Maka dari itu, atas mandat Undang-Undang No. 1 Tahun 2004 tentang Perbendaharaan Negara, BMN wajib secara rutin dibukukan dalam bentuk laporan dan didayagunakan agar ada nilai tambah. Jadi, setiap bentuk-bentuk kegiatan perencanaan, pengadaan, dan pemanfaatan harus dicatat dalam neraca aset yang disusun oleh Kementerian Keuangan melalui Direktorat Jenderal Pengelolaan Kekayaan Negara. Usaha ini sudah dilakukan sejak tahun 2006 sebagai hasil refleksi bahwa tidak ada catatan pengelolaan dan neraca pada aset dan BMN dari segi kekayaan negara yang dibuat oleh pemerintah sebelumnya. Oleh karena adanya pencatatan ini, pada tahun 2016, Laporan Keuangan Pemerintah Pusat (LKPP) mendapat opini penilaian Wajar Tanpa Pengecualian (WTP) dari Badan Pemeriksa Keuangan (BPK). Hal ini sekaligus menjadi pencapaian pemerintah karena predikat WTP didapatkan pertama kali dalam sejarah LKPP.
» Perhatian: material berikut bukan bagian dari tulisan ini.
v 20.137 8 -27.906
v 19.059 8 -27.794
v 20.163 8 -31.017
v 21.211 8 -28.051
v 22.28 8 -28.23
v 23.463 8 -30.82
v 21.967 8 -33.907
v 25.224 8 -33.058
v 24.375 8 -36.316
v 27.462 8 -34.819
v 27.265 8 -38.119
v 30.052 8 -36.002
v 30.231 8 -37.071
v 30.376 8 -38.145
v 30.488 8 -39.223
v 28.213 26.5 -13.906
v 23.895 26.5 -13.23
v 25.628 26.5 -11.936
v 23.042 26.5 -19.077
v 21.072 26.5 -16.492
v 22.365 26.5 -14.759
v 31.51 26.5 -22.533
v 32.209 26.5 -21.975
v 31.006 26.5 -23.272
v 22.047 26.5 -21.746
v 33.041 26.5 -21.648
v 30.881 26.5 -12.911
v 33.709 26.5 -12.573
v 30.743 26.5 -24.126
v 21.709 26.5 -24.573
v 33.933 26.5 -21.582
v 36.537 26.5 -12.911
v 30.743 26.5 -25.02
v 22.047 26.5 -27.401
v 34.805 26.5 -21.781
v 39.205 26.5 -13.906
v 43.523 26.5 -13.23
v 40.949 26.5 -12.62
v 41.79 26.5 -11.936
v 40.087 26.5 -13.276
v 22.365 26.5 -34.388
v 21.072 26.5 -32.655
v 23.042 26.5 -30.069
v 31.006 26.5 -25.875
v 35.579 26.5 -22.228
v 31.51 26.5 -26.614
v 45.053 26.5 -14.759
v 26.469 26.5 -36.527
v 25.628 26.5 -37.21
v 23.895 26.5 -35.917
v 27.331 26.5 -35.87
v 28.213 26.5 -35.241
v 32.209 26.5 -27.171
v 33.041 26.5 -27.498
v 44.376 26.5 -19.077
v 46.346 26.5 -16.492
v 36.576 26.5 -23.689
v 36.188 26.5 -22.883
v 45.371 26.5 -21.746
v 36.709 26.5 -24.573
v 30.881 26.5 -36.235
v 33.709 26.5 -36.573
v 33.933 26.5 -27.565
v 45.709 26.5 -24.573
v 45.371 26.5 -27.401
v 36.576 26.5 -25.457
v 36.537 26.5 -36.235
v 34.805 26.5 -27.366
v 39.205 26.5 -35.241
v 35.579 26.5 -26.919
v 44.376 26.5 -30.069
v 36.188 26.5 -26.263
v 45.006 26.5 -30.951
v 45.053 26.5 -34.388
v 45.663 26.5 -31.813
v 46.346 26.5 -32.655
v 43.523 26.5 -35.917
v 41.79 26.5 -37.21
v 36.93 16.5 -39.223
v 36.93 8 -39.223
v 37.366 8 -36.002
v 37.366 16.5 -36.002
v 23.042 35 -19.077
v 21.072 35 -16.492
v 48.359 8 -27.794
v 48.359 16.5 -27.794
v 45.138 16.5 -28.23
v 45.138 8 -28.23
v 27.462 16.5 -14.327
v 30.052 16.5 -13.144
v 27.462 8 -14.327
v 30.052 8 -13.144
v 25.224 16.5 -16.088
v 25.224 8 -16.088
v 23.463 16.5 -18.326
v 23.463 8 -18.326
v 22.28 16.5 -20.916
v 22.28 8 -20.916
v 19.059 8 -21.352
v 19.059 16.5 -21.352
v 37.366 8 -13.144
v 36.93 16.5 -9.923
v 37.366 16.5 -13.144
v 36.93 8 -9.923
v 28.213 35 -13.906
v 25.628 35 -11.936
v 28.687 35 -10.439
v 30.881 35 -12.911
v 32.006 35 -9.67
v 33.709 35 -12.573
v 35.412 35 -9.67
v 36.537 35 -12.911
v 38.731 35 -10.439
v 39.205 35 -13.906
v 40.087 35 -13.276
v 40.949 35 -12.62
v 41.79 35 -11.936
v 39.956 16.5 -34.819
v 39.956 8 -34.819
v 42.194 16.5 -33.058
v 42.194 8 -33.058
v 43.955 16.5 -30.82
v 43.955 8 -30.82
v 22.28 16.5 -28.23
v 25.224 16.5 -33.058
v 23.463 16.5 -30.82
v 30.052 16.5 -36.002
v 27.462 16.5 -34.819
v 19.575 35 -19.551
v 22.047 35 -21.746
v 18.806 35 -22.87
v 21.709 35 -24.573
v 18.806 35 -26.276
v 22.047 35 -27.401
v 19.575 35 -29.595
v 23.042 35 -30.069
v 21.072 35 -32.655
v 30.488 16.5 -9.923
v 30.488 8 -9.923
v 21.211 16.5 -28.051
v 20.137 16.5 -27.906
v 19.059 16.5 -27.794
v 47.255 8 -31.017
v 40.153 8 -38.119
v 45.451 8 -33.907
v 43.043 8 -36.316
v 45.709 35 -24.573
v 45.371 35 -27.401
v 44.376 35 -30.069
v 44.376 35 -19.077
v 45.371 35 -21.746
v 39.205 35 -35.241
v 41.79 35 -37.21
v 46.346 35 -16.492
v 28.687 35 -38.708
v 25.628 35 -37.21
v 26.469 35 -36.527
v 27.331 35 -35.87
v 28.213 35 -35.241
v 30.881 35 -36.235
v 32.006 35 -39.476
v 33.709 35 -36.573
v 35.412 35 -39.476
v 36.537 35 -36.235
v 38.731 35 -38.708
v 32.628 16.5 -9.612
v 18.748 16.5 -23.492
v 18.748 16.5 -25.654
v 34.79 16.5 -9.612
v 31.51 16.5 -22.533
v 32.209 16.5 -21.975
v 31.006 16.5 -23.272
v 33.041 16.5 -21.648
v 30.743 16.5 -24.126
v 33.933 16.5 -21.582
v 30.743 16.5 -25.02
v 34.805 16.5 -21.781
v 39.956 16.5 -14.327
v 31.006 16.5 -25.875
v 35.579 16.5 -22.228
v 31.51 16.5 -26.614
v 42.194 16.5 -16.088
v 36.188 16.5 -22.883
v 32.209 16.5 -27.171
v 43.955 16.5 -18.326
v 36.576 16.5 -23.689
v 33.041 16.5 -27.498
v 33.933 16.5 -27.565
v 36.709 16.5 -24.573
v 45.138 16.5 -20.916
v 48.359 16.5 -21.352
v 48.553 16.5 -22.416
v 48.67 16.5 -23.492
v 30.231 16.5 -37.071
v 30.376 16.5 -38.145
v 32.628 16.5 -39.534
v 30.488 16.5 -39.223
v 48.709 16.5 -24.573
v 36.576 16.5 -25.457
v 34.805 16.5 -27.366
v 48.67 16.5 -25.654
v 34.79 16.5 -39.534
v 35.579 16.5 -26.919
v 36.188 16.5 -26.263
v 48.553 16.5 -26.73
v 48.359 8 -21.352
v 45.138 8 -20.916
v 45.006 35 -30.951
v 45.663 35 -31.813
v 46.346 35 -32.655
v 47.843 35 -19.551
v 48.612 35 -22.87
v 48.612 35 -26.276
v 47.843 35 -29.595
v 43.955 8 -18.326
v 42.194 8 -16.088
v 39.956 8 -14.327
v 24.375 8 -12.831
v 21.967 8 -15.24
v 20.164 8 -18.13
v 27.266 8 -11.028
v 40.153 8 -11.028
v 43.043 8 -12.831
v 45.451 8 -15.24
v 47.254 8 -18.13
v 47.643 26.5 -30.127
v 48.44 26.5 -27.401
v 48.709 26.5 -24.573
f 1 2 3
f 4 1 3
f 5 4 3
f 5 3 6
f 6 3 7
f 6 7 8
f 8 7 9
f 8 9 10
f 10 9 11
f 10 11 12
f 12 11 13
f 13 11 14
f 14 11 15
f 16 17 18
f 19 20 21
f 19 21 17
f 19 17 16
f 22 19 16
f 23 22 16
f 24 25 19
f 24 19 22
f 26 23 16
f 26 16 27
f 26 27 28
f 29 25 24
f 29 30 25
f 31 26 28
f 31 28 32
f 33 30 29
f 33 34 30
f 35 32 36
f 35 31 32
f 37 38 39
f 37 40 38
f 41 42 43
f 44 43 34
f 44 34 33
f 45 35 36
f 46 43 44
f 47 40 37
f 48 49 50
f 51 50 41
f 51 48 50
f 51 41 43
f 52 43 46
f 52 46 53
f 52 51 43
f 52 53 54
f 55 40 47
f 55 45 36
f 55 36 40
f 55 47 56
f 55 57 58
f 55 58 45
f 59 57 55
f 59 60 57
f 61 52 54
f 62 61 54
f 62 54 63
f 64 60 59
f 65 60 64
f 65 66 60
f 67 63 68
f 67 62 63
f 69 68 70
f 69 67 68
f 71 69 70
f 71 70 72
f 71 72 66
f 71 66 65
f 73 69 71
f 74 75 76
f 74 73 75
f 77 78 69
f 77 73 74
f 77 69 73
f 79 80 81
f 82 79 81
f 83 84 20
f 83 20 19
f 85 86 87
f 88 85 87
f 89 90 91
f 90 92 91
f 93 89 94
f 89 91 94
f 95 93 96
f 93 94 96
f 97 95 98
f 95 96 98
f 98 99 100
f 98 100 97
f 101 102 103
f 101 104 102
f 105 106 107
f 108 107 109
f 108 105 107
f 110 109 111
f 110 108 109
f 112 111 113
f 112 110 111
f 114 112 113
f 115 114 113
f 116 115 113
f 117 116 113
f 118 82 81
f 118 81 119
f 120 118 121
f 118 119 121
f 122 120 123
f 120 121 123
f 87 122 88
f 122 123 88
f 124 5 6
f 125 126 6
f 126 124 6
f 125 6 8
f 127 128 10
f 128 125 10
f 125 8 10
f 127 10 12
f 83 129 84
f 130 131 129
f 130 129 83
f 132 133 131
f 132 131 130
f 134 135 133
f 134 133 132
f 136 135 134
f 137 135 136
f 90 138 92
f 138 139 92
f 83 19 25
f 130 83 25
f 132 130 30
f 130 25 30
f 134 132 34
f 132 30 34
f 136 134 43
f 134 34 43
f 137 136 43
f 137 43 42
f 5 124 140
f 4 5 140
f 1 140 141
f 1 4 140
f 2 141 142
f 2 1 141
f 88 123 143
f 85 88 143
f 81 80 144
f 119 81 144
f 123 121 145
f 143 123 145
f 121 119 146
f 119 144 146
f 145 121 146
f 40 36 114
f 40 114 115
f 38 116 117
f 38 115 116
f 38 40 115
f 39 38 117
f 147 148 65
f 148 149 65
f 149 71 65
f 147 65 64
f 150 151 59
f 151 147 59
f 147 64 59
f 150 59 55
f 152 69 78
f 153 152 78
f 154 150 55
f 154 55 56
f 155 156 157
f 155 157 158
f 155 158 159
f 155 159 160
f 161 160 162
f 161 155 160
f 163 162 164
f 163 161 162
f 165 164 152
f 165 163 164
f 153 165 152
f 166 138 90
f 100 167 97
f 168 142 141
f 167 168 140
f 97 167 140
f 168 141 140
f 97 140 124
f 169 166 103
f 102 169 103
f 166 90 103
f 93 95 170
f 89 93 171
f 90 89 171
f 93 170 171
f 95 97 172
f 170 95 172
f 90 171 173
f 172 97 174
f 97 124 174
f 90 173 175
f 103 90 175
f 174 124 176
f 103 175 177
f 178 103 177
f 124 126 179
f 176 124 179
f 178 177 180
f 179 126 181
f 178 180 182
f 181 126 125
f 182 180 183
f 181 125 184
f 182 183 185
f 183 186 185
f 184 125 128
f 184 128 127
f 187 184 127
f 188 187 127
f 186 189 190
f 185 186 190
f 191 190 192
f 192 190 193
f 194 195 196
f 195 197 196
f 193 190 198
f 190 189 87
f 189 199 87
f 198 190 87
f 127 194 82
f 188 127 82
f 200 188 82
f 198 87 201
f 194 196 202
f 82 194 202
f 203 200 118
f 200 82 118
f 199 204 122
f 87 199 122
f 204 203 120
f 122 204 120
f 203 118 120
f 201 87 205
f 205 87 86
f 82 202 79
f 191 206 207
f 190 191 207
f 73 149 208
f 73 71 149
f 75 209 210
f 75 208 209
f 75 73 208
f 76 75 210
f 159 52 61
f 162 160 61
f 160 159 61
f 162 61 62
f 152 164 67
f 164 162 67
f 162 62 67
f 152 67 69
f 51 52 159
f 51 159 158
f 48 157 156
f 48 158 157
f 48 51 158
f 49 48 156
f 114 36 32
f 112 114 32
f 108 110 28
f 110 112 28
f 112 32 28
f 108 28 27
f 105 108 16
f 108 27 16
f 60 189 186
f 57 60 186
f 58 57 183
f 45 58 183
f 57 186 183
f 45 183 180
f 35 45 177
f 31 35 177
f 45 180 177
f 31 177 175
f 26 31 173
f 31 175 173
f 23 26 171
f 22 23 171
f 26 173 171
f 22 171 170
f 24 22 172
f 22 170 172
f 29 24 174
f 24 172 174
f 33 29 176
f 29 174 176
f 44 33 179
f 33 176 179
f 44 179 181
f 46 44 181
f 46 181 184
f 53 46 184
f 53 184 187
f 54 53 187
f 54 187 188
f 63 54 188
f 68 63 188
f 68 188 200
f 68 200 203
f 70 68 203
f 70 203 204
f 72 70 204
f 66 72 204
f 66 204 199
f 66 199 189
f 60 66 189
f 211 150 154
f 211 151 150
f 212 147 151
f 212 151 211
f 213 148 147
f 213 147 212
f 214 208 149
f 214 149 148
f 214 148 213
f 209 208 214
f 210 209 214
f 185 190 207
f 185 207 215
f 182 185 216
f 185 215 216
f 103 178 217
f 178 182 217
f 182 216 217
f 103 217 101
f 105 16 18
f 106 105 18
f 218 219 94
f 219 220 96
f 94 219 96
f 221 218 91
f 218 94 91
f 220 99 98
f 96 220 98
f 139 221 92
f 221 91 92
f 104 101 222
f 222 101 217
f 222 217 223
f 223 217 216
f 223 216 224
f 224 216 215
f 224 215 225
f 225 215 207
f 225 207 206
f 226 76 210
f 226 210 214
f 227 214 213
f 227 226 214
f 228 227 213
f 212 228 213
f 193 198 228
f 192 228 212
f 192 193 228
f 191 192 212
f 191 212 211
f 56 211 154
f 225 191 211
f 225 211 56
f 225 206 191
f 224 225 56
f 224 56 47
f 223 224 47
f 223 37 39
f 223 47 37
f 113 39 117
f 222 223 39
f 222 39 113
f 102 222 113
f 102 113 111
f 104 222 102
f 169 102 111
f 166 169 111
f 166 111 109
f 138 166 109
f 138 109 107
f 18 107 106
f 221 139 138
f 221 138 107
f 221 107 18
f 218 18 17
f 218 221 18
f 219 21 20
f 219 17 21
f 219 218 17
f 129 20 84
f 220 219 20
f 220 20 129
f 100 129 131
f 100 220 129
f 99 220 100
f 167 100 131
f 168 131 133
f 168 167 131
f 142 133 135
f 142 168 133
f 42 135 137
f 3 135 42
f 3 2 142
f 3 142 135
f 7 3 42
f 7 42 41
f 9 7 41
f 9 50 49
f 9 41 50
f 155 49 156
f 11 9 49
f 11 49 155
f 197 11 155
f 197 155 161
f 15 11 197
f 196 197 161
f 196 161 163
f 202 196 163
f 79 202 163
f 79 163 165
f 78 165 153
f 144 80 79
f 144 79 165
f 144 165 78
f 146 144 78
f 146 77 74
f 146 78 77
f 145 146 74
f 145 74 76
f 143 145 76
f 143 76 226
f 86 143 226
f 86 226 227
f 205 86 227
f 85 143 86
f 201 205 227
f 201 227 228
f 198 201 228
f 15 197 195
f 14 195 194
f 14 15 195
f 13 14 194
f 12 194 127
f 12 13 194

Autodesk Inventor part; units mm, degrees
ref_plane "YZ Plane" through (0, 0, 0) normal (1, 0, 0) x (0, 1, 0)
ref_plane "XZ Plane" through (0, 0, 0) normal (0, 1, 0) x (-1, 0, 0)
ref_plane "XY Plane" through (0, 0, 0) normal (0, 0, 1) x (1, 0, 0)
ref_plane "作業平面1" through (0, 8, 0) normal (0, 1, 0) x (1, 0, 0)
sketch "スケッチ2" plane through (0, 8, 0) normal (0, 1, 0) x (1, 0, 0)
  arc A0 (28.3537, 29.9285) -> (28.3537, 54.5732) centre (-4.0051, 42.2508) ccw projected
  arc A1 (39.0644, 29.9285) -> (63.709, 29.9285) centre (51.3867, 62.2873) ccw projected
  line L0 (28.3537, 29.9285) -> (39.0644, 29.9285)
  arc A2 (39.0644, 19.2178) -> (39.0644, -5.4268) centre (71.4231, 6.8955) ccw projected
  line L1 (39.0644, 29.9285) -> (39.0644, 19.2178)
  arc A3 (28.3537, -5.4268) -> (28.3537, 19.2178) centre (-4.0051, 6.8955) ccw projected
  line L2 (39.0644, 19.2178) -> (28.3537, 19.2178)
  line L3 (28.3537, 19.2178) -> (28.3537, 29.9285)
  arc A4 (3.709, 29.9285) -> (28.3537, 29.9285) centre (16.0314, 62.2873) ccw projected
  line L4 (39.0644, 29.9285) -> (28.3537, 19.2178)
  line L5 (28.3537, 29.9285) -> (39.0644, 19.2178)
  circle A5 centre (33.709, 24.5732) radius 3
  circle A6 centre (33.709, 24.5732) radius 89.9592
  circle A7 centre (33.709, 24.5732) radius 15
  circle A8 centre (33.709, 24.5732) radius 12
  line L6 (30.4879, 39.2232) -> (30.052, 36.0024)
  line L7 (19.059, 27.7943) -> (22.2798, 28.2302)
  line L8 (30.4879, 9.9231) -> (30.052, 13.144)
  circle A9 centre (33.709, 24.5732) radius 15
  circle A10 centre (33.709, 24.5732) radius 12
  line L9 (19.059, 21.352) -> (22.2798, 20.9162)
  line L10 (48.3591, 21.352) -> (45.1382, 20.9162)
  circle A11 centre (33.709, 24.5732) radius 15
  circle A12 centre (33.709, 24.5732) radius 12
  line L11 (36.9302, 9.9231) -> (37.366, 13.144)
  line L12 (36.9302, 39.2232) -> (37.366, 36.0024)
Selain berusaha melakukan administrasi BMN, pemerintah tengah meminimalisir adanya aset yang ‘tidur’. BMN dipandang sebagai aset yang harus memiliki produktivitas dan memiliki nilai guna. Namun, dalam mengelola BMN, pemerintah tidak hanya memandang dari sisi keuntungan, tetapi juga kebermanfaatan terhadap masyarakat seperti nilai sosial, nilai lingkungan hidup, nilai manfaat, dan lain sebagainya. “Indonesia ini memang penyakitnya adalah soal pemeliharaan. Kalau dibandingkan, negara maju bisa maju karena pemerintahnya kerja keras dan asetnya produktif, sedangkan Indonesia asetnya banyak yang tidur,” terang Sri Mulyani. Menutup acara ini, kesimpulan yang dapat dipetik adalah kelola BMN dengan baik agar kesejahteraan rakyat dapat tercapai.